# Task objective
Would you please transcribe, exactly as written, the lines of the entries below starting at the one that holds "v31 (42,83.5,0)" and ending at the one that holds "face CYL(AX(P(375,475,0),D(0,0,1),D(1,0,0)),3) rev", both included?

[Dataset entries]
------------------------------------
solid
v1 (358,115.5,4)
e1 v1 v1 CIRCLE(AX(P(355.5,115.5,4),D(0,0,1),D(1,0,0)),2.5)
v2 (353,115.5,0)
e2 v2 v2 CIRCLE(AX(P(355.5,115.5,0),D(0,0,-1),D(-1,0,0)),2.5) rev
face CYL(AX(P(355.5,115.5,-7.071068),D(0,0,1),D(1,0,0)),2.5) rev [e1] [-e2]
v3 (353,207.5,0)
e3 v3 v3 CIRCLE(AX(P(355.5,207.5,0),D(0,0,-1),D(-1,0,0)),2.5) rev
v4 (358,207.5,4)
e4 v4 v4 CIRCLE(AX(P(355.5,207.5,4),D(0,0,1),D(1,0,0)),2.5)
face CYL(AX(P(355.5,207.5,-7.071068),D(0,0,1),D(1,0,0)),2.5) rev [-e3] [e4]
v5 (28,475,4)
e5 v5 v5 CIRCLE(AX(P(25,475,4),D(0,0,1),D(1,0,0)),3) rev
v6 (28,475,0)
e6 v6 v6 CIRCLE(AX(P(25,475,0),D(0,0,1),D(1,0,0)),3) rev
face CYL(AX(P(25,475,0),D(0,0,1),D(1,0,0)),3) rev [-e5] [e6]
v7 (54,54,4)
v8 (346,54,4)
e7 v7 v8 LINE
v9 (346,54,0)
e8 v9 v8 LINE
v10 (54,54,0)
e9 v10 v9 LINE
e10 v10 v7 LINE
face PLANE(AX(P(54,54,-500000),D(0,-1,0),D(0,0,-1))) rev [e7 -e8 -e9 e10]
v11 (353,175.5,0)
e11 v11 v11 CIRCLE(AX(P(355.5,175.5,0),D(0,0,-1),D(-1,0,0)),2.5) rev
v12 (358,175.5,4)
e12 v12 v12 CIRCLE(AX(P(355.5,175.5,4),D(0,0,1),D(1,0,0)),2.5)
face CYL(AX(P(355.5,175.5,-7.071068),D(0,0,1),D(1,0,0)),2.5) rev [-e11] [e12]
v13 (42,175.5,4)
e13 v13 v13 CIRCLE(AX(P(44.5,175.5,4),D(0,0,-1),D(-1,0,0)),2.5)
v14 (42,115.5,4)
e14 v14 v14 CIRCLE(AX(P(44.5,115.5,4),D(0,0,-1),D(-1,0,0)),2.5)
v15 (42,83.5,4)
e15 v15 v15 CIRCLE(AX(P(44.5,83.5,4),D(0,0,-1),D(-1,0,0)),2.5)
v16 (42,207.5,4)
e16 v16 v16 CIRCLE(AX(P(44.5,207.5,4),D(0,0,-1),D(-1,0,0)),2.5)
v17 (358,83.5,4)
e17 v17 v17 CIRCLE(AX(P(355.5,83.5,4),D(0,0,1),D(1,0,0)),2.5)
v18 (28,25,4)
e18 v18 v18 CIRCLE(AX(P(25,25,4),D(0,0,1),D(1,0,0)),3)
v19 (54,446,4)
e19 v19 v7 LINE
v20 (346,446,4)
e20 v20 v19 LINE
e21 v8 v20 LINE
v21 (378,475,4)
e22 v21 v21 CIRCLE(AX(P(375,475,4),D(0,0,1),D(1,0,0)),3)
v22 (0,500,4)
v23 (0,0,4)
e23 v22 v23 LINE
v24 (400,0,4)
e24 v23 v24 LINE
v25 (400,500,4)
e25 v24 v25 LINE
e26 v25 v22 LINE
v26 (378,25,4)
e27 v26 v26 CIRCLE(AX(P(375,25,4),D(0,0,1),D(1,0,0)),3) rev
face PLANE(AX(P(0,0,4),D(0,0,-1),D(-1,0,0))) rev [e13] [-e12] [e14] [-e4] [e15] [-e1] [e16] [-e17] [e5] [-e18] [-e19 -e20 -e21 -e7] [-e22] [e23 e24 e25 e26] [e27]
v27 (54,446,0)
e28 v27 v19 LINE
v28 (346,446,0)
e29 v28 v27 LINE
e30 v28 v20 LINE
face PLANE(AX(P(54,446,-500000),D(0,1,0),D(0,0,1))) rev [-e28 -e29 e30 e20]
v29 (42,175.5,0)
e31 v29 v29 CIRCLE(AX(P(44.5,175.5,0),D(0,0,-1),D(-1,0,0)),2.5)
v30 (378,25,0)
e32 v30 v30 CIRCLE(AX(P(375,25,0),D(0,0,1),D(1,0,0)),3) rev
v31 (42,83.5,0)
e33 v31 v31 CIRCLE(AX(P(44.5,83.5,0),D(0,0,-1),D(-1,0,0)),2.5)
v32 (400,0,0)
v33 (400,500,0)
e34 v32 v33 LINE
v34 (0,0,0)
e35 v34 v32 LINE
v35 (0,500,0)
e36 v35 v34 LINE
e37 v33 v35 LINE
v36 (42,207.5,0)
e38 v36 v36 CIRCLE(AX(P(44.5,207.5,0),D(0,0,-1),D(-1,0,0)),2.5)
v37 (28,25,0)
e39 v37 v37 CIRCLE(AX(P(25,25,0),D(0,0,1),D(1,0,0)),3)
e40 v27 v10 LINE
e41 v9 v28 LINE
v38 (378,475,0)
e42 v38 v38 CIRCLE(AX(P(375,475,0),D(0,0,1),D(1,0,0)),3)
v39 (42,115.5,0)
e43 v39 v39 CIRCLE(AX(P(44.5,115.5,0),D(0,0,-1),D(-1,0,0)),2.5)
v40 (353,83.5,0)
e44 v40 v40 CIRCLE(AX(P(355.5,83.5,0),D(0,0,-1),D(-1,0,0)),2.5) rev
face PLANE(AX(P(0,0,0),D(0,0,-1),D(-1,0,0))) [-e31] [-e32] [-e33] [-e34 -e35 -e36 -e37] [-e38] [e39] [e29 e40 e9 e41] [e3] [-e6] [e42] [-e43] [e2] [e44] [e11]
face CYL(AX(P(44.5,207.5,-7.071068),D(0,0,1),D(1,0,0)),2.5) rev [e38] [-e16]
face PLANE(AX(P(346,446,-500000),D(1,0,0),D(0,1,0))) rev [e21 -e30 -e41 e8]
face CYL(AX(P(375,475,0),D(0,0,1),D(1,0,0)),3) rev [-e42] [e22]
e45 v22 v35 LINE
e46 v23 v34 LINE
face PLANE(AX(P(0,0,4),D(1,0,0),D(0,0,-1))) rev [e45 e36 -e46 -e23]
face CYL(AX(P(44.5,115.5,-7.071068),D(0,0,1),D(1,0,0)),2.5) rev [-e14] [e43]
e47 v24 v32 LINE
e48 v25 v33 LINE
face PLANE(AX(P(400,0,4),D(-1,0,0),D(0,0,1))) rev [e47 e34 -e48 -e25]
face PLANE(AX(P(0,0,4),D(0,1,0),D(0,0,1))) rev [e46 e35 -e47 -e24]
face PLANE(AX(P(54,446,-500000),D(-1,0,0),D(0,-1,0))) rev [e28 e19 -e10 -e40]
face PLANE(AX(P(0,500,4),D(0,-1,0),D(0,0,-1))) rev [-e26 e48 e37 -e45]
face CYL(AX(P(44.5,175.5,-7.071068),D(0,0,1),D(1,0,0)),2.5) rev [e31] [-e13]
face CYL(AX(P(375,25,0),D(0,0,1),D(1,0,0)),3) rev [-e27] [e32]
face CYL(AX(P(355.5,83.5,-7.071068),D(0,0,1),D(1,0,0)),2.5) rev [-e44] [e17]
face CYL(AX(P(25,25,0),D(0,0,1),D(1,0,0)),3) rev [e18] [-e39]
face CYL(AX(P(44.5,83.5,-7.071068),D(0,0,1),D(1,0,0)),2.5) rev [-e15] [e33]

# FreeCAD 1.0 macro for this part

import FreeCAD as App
import Part
import Sketcher
from FreeCAD import Vector


def add_polygon(sketch, points):
    """Adds a closed chain of lines whose ends are joined by coincident constraints."""
    first, n = sketch.GeometryCount, len(points)
    for a, b in zip(points, points[1:] + points[:1]):
        sketch.addGeometry(Part.LineSegment(App.Vector(*a, 0), App.Vector(*b, 0)), False)
    for i in range(n):
        sketch.addConstraint(Sketcher.Constraint("Coincident", first + i, 2, first + (i + 1) % n, 1))

doc = App.newDocument("Part")
body = doc.addObject("PartDesign::Body", "Body")

# Sketch on XY plane
sketch1 = body.newObject("Sketcher::SketchObject", "Sketch")
sketch1.AttachmentSupport = (doc.getObject("XY_Plane"), [""])
sketch1.MapMode = "FlatFace"
add_polygon(sketch1, [(0, 500), (0, 0), (400, 0), (400, 500)])  # lines 0-3
sketch1.addConstraint([
    Sketcher.Constraint("Vertical", 0),
    Sketcher.Constraint("Horizontal", 1),
    Sketcher.Constraint("Vertical", 2),
    Sketcher.Constraint("Horizontal", 3),
    Sketcher.Constraint("Coincident", 0, 2, -1, 1),
    Sketcher.Constraint("DistanceX", 1, 1, 1, 2, 400.0),
    Sketcher.Constraint("DistanceY", 0, 2, 0, 1, 500.0),
])
pad1 = body.newObject("PartDesign::Pad", "Pad")
pad1.Profile = sketch1
pad1.Length = 4

# Sketch on XY plane
sketch2 = body.newObject("Sketcher::SketchObject", "Sketch001")
sketch2.AttachmentSupport = (doc.getObject("XY_Plane"), [""])
sketch2.MapMode = "FlatFace"
sketch2.AttachmentOffset = App.Placement(Vector(0, 0, 4), App.Rotation())
add_polygon(sketch2, [(54, 446), (54, 54), (346, 54), (346, 446)])  # lines 0-3
sketch2.addConstraint([
    Sketcher.Constraint("Vertical", 0),
    Sketcher.Constraint("Horizontal", 1),
    Sketcher.Constraint("Vertical", 2),
    Sketcher.Constraint("Horizontal", 3),
    Sketcher.Constraint("DistanceX", 1, 1, 1, 2, 292.0),
    Sketcher.Constraint("DistanceY", 0, 2, 0, 1, 392.0),
    Sketcher.Constraint("DistanceX", -1, 1, 0, 2, 54.0),
    Sketcher.Constraint("DistanceY", -1, 1, 0, 2, 54.0),
])
pocket1 = body.newObject("PartDesign::Pocket", "Pocket")
pocket1.Profile = sketch2
pocket1.Type = "UpToFirst"

# Sketch on XY plane
sketch3 = body.newObject("Sketcher::SketchObject", "Sketch002")
sketch3.AttachmentSupport = (doc.getObject("XY_Plane"), [""])
sketch3.MapMode = "FlatFace"
sketch3.AttachmentOffset = App.Placement(Vector(0, 0, 4), App.Rotation())
sketch3.addGeometry([
    Part.Circle(Vector(355.5, 83.5, 0), Vector(0, 0, 1), 2.5),
    Part.Circle(Vector(355.5, 115.5, 0), Vector(0, 0, 1), 2.5),
    Part.Circle(Vector(355.5, 175.5, 0), Vector(0, 0, 1), 2.5),
    Part.Circle(Vector(355.5, 207.5, 0), Vector(0, 0, 1), 2.5),
], False)
sketch3.addConstraint([
    Sketcher.Constraint("Equal", 0, 1),
    Sketcher.Constraint("Equal", 1, 2),
    Sketcher.Constraint("Equal", 2, 3),
    Sketcher.Constraint("Vertical", 0, 3, 1, 3),
    Sketcher.Constraint("Vertical", 1, 3, 2, 3),
    Sketcher.Constraint("Vertical", 2, 3, 3, 3),
    Sketcher.Constraint("Diameter", 0, 5.0),
    Sketcher.Constraint("DistanceY", 0, 3, 1, 3, 32.0),
    Sketcher.Constraint("DistanceY", 1, 3, 2, 3, 60.0),
    Sketcher.Constraint("DistanceY", 2, 3, 3, 3, 32.0),
    Sketcher.Constraint("DistanceX", -1, 1, 0, 3, 355.5),
    Sketcher.Constraint("DistanceY", -1, 1, 0, 3, 83.5),
])
pocket2 = body.newObject("PartDesign::Pocket", "Pocket001")
pocket2.Profile = sketch3
pocket2.Length = 4
doc.recompute()

datumplane = body.newObject("PartDesign::Plane", "DatumPlane")
datumplane.AttachmentSupport = (doc.getObject("YZ_Plane"), [""])
datumplane.MapMode = "FlatFace"
datumplane.AttachmentOffset = App.Placement(Vector(0, 0, 200), App.Rotation())
mirrored = body.newObject("PartDesign::Mirrored", "Mirrored")
mirrored.Originals = [pocket2]
mirrored.MirrorPlane = (datumplane, [""])
body.Tip = mirrored

# Sketch on XY plane
sketch4 = body.newObject("Sketcher::SketchObject", "Sketch003")
sketch4.AttachmentSupport = (doc.getObject("XY_Plane"), [""])
sketch4.MapMode = "FlatFace"
sketch4.AttachmentOffset = App.Placement(Vector(0, 0, 4), App.Rotation())
sketch4.addGeometry([
    Part.Circle(Vector(375, 475, 0), Vector(0, 0, 1), 3),
    Part.Circle(Vector(25, 475, 0), Vector(0, 0, 1), 3),
    Part.Circle(Vector(25, 25, 0), Vector(0, 0, 1), 3),
    Part.Circle(Vector(375, 25, 0), Vector(0, 0, 1), 3),
], False)
sketch4.addConstraint([
    Sketcher.Constraint("Equal", 0, 1),
    Sketcher.Constraint("Equal", 1, 2),
    Sketcher.Constraint("Equal", 2, 3),
    Sketcher.Constraint("Horizontal", 0, 3, 1, 3),
    Sketcher.Constraint("Horizontal", 2, 3, 3, 3),
    Sketcher.Constraint("Vertical", 1, 3, 2, 3),
    Sketcher.Constraint("Vertical", 0, 3, 3, 3),
    Sketcher.Constraint("Diameter", 0, 6.0),
    Sketcher.Constraint("DistanceX", -1, 1, 0, 3, 375.0),
    Sketcher.Constraint("DistanceY", -1, 1, 0, 3, 475.0),
    Sketcher.Constraint("DistanceX", -1, 1, 1, 3, 25.0),
    Sketcher.Constraint("DistanceY", -1, 1, 2, 3, 25.0),
])
pocket3 = body.newObject("PartDesign::Pocket", "Pocket002")
pocket3.Profile = sketch4
pocket3.Length = 4

doc.recompute()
------------------------------------
# Solution to the exercise
v31 (42,83.5,0)
e33 v31 v31 CIRCLE(AX(P(44.5,83.5,0),D(0,0,-1),D(-1,0,0)),2.5)
v32 (400,0,0)
v33 (400,500,0)
e34 v32 v33 LINE
v34 (0,0,0)
e35 v34 v32 LINE
v35 (0,500,0)
e36 v35 v34 LINE
e37 v33 v35 LINE
v36 (42,207.5,0)
e38 v36 v36 CIRCLE(AX(P(44.5,207.5,0),D(0,0,-1),D(-1,0,0)),2.5)
v37 (28,25,0)
e39 v37 v37 CIRCLE(AX(P(25,25,0),D(0,0,1),D(1,0,0)),3)
e40 v27 v10 LINE
e41 v9 v28 LINE
v38 (378,475,0)
e42 v38 v38 CIRCLE(AX(P(375,475,0),D(0,0,1),D(1,0,0)),3)
v39 (42,115.5,0)
e43 v39 v39 CIRCLE(AX(P(44.5,115.5,0),D(0,0,-1),D(-1,0,0)),2.5)
v40 (353,83.5,0)
e44 v40 v40 CIRCLE(AX(P(355.5,83.5,0),D(0,0,-1),D(-1,0,0)),2.5) rev
face PLANE(AX(P(0,0,0),D(0,0,-1),D(-1,0,0))) [-e31] [-e32] [-e33] [-e34 -e35 -e36 -e37] [-e38] [e39] [e29 e40 e9 e41] [e3] [-e6] [e42] [-e43] [e2] [e44] [e11]
face CYL(AX(P(44.5,207.5,-7.071068),D(0,0,1),D(1,0,0)),2.5) rev [e38] [-e16]
face PLANE(AX(P(346,446,-500000),D(1,0,0),D(0,1,0))) rev [e21 -e30 -e41 e8]
face CYL(AX(P(375,475,0),D(0,0,1),D(1,0,0)),3) rev [-e42] [e22]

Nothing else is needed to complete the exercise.